I got out of Nubians and just recently got some ND....but this girl came up for sale. She would be my first Nubian doe back in business. What do you all think for a foundation regestered Nubian doe??? Must have or wait I can find better???


----------



## ksalvagno (Oct 6, 2009)

Looks nice.


----------



## Suzanne_Tyler (Jul 19, 2014)

That udder is amazing. Hard to tell much from the side shot, but she looks to have nice depth and dairy character. I would say must have


----------



## Nubiandairy (Nov 26, 2013)

Thank you. She would be a foundation Nubian here. Starting over.

Sent from my Z799VL using Goat Forum mobile app


----------



## lottsagoats1 (Apr 12, 2014)

She looks like the old, original type of Nubians who were considered dual purpose. I like her, she would certainly be welcome in my herd. Nice udder from what I can see. Teats look plump without being overly so. Hopefully the orifices will allow milk out with ease. Looks like she has a huge rumen capacity and lots of space to carry multiple kids. Sturdy legs to keep her going for many years to come.


----------



## mariella (Feb 23, 2017)

How old is she? If she is under 4 year I would say get her.


----------



## Nubiandairy (Nov 26, 2013)

She just turned 5 in March, has had 4 freshenings.

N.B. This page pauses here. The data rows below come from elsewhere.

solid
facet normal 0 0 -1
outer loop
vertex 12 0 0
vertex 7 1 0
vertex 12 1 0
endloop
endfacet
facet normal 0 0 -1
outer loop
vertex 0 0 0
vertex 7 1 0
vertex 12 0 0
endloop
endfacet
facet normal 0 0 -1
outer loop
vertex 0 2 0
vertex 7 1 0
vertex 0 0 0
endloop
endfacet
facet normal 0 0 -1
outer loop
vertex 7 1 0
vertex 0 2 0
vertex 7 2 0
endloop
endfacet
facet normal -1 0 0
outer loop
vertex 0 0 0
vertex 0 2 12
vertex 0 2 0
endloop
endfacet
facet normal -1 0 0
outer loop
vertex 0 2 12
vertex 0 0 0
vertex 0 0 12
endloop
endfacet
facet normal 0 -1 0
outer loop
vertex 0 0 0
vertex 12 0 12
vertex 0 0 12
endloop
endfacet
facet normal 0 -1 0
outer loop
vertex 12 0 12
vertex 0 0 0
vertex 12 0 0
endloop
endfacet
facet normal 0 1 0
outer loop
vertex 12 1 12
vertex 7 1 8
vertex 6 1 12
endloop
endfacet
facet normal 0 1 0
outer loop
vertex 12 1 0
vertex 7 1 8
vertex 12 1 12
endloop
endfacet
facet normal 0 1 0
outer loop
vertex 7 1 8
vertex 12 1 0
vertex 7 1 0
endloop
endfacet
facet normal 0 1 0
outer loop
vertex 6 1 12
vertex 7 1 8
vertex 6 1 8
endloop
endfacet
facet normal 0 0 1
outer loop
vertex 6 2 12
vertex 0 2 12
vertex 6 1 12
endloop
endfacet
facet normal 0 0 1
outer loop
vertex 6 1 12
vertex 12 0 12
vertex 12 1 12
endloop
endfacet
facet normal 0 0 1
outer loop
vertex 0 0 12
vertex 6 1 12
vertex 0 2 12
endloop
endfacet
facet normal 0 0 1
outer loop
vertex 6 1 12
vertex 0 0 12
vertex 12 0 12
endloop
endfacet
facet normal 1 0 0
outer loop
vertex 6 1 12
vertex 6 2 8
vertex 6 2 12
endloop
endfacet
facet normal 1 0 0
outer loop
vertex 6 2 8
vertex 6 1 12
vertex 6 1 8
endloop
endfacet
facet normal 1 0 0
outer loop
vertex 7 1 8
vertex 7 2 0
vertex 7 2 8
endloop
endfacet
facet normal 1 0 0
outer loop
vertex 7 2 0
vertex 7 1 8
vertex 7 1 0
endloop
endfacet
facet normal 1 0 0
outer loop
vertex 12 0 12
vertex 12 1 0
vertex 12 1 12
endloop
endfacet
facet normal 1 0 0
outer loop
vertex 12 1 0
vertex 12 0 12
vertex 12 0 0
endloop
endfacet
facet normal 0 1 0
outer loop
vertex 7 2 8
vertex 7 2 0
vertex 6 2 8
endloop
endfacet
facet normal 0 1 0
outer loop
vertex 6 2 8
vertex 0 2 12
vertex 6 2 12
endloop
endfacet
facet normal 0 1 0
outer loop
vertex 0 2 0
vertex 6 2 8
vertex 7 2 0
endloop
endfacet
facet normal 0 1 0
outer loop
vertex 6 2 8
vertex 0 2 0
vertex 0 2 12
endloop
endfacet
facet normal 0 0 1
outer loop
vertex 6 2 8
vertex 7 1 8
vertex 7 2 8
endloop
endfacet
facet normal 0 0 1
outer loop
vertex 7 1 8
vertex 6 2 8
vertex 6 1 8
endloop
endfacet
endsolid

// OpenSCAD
union() {
    translate([0, 0, 0]) cube([1, 1, 1]);
    translate([0, 0, 1]) cube([1, 1, 1]);
    translate([0, 0, 2]) cube([1, 1, 1]);
    translate([0, 0, 3]) cube([1, 1, 1]);
    translate([0, 0, 4]) cube([1, 1, 1]);
    translate([0, 0, 5]) cube([1, 1, 1]);
    translate([0, 0, 6]) cube([1, 1, 1]);
    translate([0, 0, 7]) cube([1, 1, 1]);
    translate([0, 0, 8]) cube([1, 1, 1]);
    translate([0, 0, 9]) cube([1, 1, 1]);
    translate([0, 0, 10]) cube([1, 1, 1]);
    translate([0, 0, 11]) cube([1, 1, 1]);
    translate([1, 0, 0]) cube([1, 1, 1]);
    translate([1, 0, 1]) cube([1, 1, 1]);
    translate([1, 0, 2]) cube([1, 1, 1]);
    translate([1, 0, 3]) cube([1, 1, 1]);
    translate([1, 0, 4]) cube([1, 1, 1]);
    translate([1, 0, 5]) cube([1, 1, 1]);
    translate([1, 0, 6]) cube([1, 1, 1]);
    translate([1, 0, 7]) cube([1, 1, 1]);
    translate([1, 0, 8]) cube([1, 1, 1]);
    translate([1, 0, 9]) cube([1, 1, 1]);
    translate([1, 0, 10]) cube([1, 1, 1]);
    translate([1, 0, 11]) cube([1, 1, 1]);
    translate([2, 0, 0]) cube([1, 1, 1]);
    translate([2, 0, 1]) cube([1, 1, 1]);
    translate([2, 0, 2]) cube([1, 1, 1]);
    translate([2, 0, 3]) cube([1, 1, 1]);
    translate([2, 0, 4]) cube([1, 1, 1]);
    translate([2, 0, 5]) cube([1, 1, 1]);
    translate([2, 0, 6]) cube([1, 1, 1]);
    translate([2, 0, 7]) cube([1, 1, 1]);
    translate([2, 0, 8]) cube([1, 1, 1]);
    translate([2, 0, 9]) cube([1, 1, 1]);
    translate([2, 0, 10]) cube([1, 1, 1]);
    translate([2, 0, 11]) cube([1, 1, 1]);
    translate([3, 0, 0]) cube([1, 1, 1]);
    translate([3, 0, 1]) cube([1, 1, 1]);
    translate([3, 0, 2]) cube([1, 1, 1]);
    translate([3, 0, 3]) cube([1, 1, 1]);
    translate([3, 0, 4]) cube([1, 1, 1]);
    translate([3, 0, 5]) cube([1, 1, 1]);
    translate([3, 0, 6]) cube([1, 1, 1]);
    translate([3, 0, 7]) cube([1, 1, 1]);
    translate([3, 0, 8]) cube([1, 1, 1]);
    translate([3, 0, 9]) cube([1, 1, 1]);
    translate([3, 0, 10]) cube([1, 1, 1]);
    translate([3, 0, 11]) cube([1, 1, 1]);
    translate([4, 0, 0]) cube([1, 1, 1]);
    translate([4, 0, 1]) cube([1, 1, 1]);
    translate([4, 0, 2]) cube([1, 1, 1]);
    translate([4, 0, 3]) cube([1, 1, 1]);
    translate([4, 0, 4]) cube([1, 1, 1]);
    translate([4, 0, 5]) cube([1, 1, 1]);
    translate([4, 0, 6]) cube([1, 1, 1]);
    translate([4, 0, 7]) cube([1, 1, 1]);
    translate([4, 0, 8]) cube([1, 1, 1]);
    translate([4, 0, 9]) cube([1, 1, 1]);
    translate([4, 0, 10]) cube([1, 1, 1]);
    translate([4, 0, 11]) cube([1, 1, 1]);
    translate([5, 0, 0]) cube([1, 1, 1]);
    translate([5, 0, 1]) cube([1, 1, 1]);
    translate([5, 0, 2]) cube([1, 1, 1]);
    translate([5, 0, 3]) cube([1, 1, 1]);
    translate([5, 0, 4]) cube([1, 1, 1]);
    translate([5, 0, 5]) cube([1, 1, 1]);
    translate([5, 0, 6]) cube([1, 1, 1]);
    translate([5, 0, 7]) cube([1, 1, 1]);
    translate([5, 0, 8]) cube([1, 1, 1]);
    translate([5, 0, 9]) cube([1, 1, 1]);
    translate([5, 0, 10]) cube([1, 1, 1]);
    translate([5, 0, 11]) cube([1, 1, 1]);
    translate([6, 0, 0]) cube([1, 1, 1]);
    translate([6, 0, 1]) cube([1, 1, 1]);
    translate([6, 0, 2]) cube([1, 1, 1]);
    translate([6, 0, 3]) cube([1, 1, 1]);
    translate([6, 0, 4]) cube([1, 1, 1]);
    translate([6, 0, 5]) cube([1, 1, 1]);
    translate([6, 0, 6]) cube([1, 1, 1]);
    translate([6, 0, 7]) cube([1, 1, 1]);
    translate([6, 0, 8]) cube([1, 1, 1]);
    translate([6, 0, 9]) cube([1, 1, 1]);
    translate([6, 0, 10]) cube([1, 1, 1]);
    translate([6, 0, 11]) cube([1, 1, 1]);
    translate([7, 0, 0]) cube([1, 1, 1]);
    translate([7, 0, 1]) cube([1, 1, 1]);
    translate([7, 0, 2]) cube([1, 1, 1]);
    translate([7, 0, 3]) cube([1, 1, 1]);
    translate([7, 0, 4]) cube([1, 1, 1]);
    translate([7, 0, 5]) cube([1, 1, 1]);
    translate([7, 0, 6]) cube([1, 1, 1]);
    translate([7, 0, 7]) cube([1, 1, 1]);
    translate([7, 0, 8]) cube([1, 1, 1]);
    translate([7, 0, 9]) cube([1, 1, 1]);
    translate([7, 0, 10]) cube([1, 1, 1]);
    translate([7, 0, 11]) cube([1, 1, 1]);
    translate([8, 0, 0]) cube([1, 1, 1]);
    translate([8, 0, 1]) cube([1, 1, 1]);
    translate([8, 0, 2]) cube([1, 1, 1]);
    translate([8, 0, 3]) cube([1, 1, 1]);
    translate([8, 0, 4]) cube([1, 1, 1]);
    translate([8, 0, 5]) cube([1, 1, 1]);
    translate([8, 0, 6]) cube([1, 1, 1]);
    translate([8, 0, 7]) cube([1, 1, 1]);
    translate([8, 0, 8]) cube([1, 1, 1]);
    translate([8, 0, 9]) cube([1, 1, 1]);
    translate([8, 0, 10]) cube([1, 1, 1]);
    translate([8, 0, 11]) cube([1, 1, 1]);
    translate([9, 0, 0]) cube([1, 1, 1]);
    translate([9, 0, 1]) cube([1, 1, 1]);
    translate([9, 0, 2]) cube([1, 1, 1]);
    translate([9, 0, 3]) cube([1, 1, 1]);
    translate([9, 0, 4]) cube([1, 1, 1]);
    translate([9, 0, 5]) cube([1, 1, 1]);
    translate([9, 0, 6]) cube([1, 1, 1]);
    translate([9, 0, 7]) cube([1, 1, 1]);
    translate([9, 0, 8]) cube([1, 1, 1]);
    translate([9, 0, 9]) cube([1, 1, 1]);
    translate([9, 0, 10]) cube([1, 1, 1]);
    translate([9, 0, 11]) cube([1, 1, 1]);
    translate([10, 0, 0]) cube([1, 1, 1]);
    translate([10, 0, 1]) cube([1, 1, 1]);
    translate([10, 0, 2]) cube([1, 1, 1]);
    translate([10, 0, 3]) cube([1, 1, 1]);
    translate([10, 0, 4]) cube([1, 1, 1]);
    translate([10, 0, 5]) cube([1, 1, 1]);
    translate([10, 0, 6]) cube([1, 1, 1]);
    translate([10, 0, 7]) cube([1, 1, 1]);
    translate([10, 0, 8]) cube([1, 1, 1]);
    translate([10, 0, 9]) cube([1, 1, 1]);
    translate([10, 0, 10]) cube([1, 1, 1]);
    translate([10, 0, 11]) cube([1, 1, 1]);
    translate([11, 0, 0]) cube([1, 1, 1]);
    translate([11, 0, 1]) cube([1, 1, 1]);
    translate([11, 0, 2]) cube([1, 1, 1]);
    translate([11, 0, 3]) cube([1, 1, 1]);
    translate([11, 0, 4]) cube([1, 1, 1]);
    translate([11, 0, 5]) cube([1, 1, 1]);
    translate([11, 0, 6]) cube([1, 1, 1]);
    translate([11, 0, 7]) cube([1, 1, 1]);
    translate([11, 0, 8]) cube([1, 1, 1]);
    translate([11, 0, 9]) cube([1, 1, 1]);
    translate([11, 0, 10]) cube([1, 1, 1]);
    translate([11, 0, 11]) cube([1, 1, 1]);
    translate([0, 1, 0]) cube([1, 1, 1]);
    translate([0, 1, 1]) cube([1, 1, 1]);
    translate([0, 1, 2]) cube([1, 1, 1]);
    translate([0, 1, 3]) cube([1, 1, 1]);
    translate([0, 1, 4]) cube([1, 1, 1]);
    translate([0, 1, 5]) cube([1, 1, 1]);
    translate([0, 1, 6]) cube([1, 1, 1]);
    translate([0, 1, 7]) cube([1, 1, 1]);
    translate([0, 1, 8]) cube([1, 1, 1]);
    translate([0, 1, 9]) cube([1, 1, 1]);
    translate([0, 1, 10]) cube([1, 1, 1]);
    translate([0, 1, 11]) cube([1, 1, 1]);
    translate([1, 1, 0]) cube([1, 1, 1]);
    translate([1, 1, 1]) cube([1, 1, 1]);
    translate([1, 1, 2]) cube([1, 1, 1]);
    translate([1, 1, 3]) cube([1, 1, 1]);
    translate([1, 1, 4]) cube([1, 1, 1]);
    translate([1, 1, 5]) cube([1, 1, 1]);
    translate([1, 1, 6]) cube([1, 1, 1]);
    translate([1, 1, 7]) cube([1, 1, 1]);
    translate([1, 1, 8]) cube([1, 1, 1]);
    translate([1, 1, 9]) cube([1, 1, 1]);
    translate([1, 1, 10]) cube([1, 1, 1]);
    translate([1, 1, 11]) cube([1, 1, 1]);
    translate([2, 1, 0]) cube([1, 1, 1]);
    translate([2, 1, 1]) cube([1, 1, 1]);
    translate([2, 1, 2]) cube([1, 1, 1]);
    translate([2, 1, 3]) cube([1, 1, 1]);
    translate([2, 1, 4]) cube([1, 1, 1]);
    translate([2, 1, 5]) cube([1, 1, 1]);
    translate([2, 1, 6]) cube([1, 1, 1]);
    translate([2, 1, 7]) cube([1, 1, 1]);
    translate([2, 1, 8]) cube([1, 1, 1]);
    translate([2, 1, 9]) cube([1, 1, 1]);
    translate([2, 1, 10]) cube([1, 1, 1]);
    translate([2, 1, 11]) cube([1, 1, 1]);
    translate([3, 1, 0]) cube([1, 1, 1]);
    translate([3, 1, 1]) cube([1, 1, 1]);
    translate([3, 1, 2]) cube([1, 1, 1]);
    translate([3, 1, 3]) cube([1, 1, 1]);
    translate([3, 1, 4]) cube([1, 1, 1]);
    translate([3, 1, 5]) cube([1, 1, 1]);
    translate([3, 1, 6]) cube([1, 1, 1]);
    translate([3, 1, 7]) cube([1, 1, 1]);
    translate([3, 1, 8]) cube([1, 1, 1]);
    translate([3, 1, 9]) cube([1, 1, 1]);
    translate([3, 1, 10]) cube([1, 1, 1]);
    translate([3, 1, 11]) cube([1, 1, 1]);
    translate([4, 1, 0]) cube([1, 1, 1]);
    translate([4, 1, 1]) cube([1, 1, 1]);
    translate([4, 1, 2]) cube([1, 1, 1]);
    translate([4, 1, 3]) cube([1, 1, 1]);
    translate([4, 1, 4]) cube([1, 1, 1]);
    translate([4, 1, 5]) cube([1, 1, 1]);
    translate([4, 1, 6]) cube([1, 1, 1]);
    translate([4, 1, 7]) cube([1, 1, 1]);
    translate([4, 1, 8]) cube([1, 1, 1]);
    translate([4, 1, 9]) cube([1, 1, 1]);
    translate([4, 1, 10]) cube([1, 1, 1]);
    translate([4, 1, 11]) cube([1, 1, 1]);
    translate([5, 1, 0]) cube([1, 1, 1]);
    translate([5, 1, 1]) cube([1, 1, 1]);
    translate([5, 1, 2]) cube([1, 1, 1]);
    translate([5, 1, 3]) cube([1, 1, 1]);
    translate([5, 1, 4]) cube([1, 1, 1]);
    translate([5, 1, 5]) cube([1, 1, 1]);
    translate([5, 1, 6]) cube([1, 1, 1]);
    translate([5, 1, 7]) cube([1, 1, 1]);
    translate([5, 1, 8]) cube([1, 1, 1]);
    translate([5, 1, 9]) cube([1, 1, 1]);
    translate([5, 1, 10]) cube([1, 1, 1]);
    translate([5, 1, 11]) cube([1, 1, 1]);
    translate([6, 1, 0]) cube([1, 1, 1]);
    translate([6, 1, 1]) cube([1, 1, 1]);
    translate([6, 1, 2]) cube([1, 1, 1]);
    translate([6, 1, 3]) cube([1, 1, 1]);
    translate([6, 1, 4]) cube([1, 1, 1]);
    translate([6, 1, 5]) cube([1, 1, 1]);
    translate([6, 1, 6]) cube([1, 1, 1]);
    translate([6, 1, 7]) cube([1, 1, 1]);
}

Sent from my Z799VL using Goat Forum mobile app


----------



## mariarose (Oct 23, 2014)

Personally, I would love to have her. Where is she?


----------



## nancy d (Oct 5, 2007)

I like her too!


----------



## Goat_Scout (Mar 23, 2017)

She looks amazing! Great depth, and a splendid udder for her 4th freshening. Go for it.


----------



## mariarose (Oct 23, 2014)

So, did you get her, and if not, where is she?


----------



## Kitkat0532 (Jul 18, 2017)

For getting back into Nubians I think you found a good doe to start out with if the price is right! What a nice udder on that girl! Good conformation and form she could help you out with a starter herd for sure I think ^.^


----------



## mariarose (Oct 23, 2014)

I have asked a few times where she is. No answer from the OP. If any of you know where she is, can you tell me? I really want to know and if the OP is not going to take her, then she/he should let us know so we can do something.


----------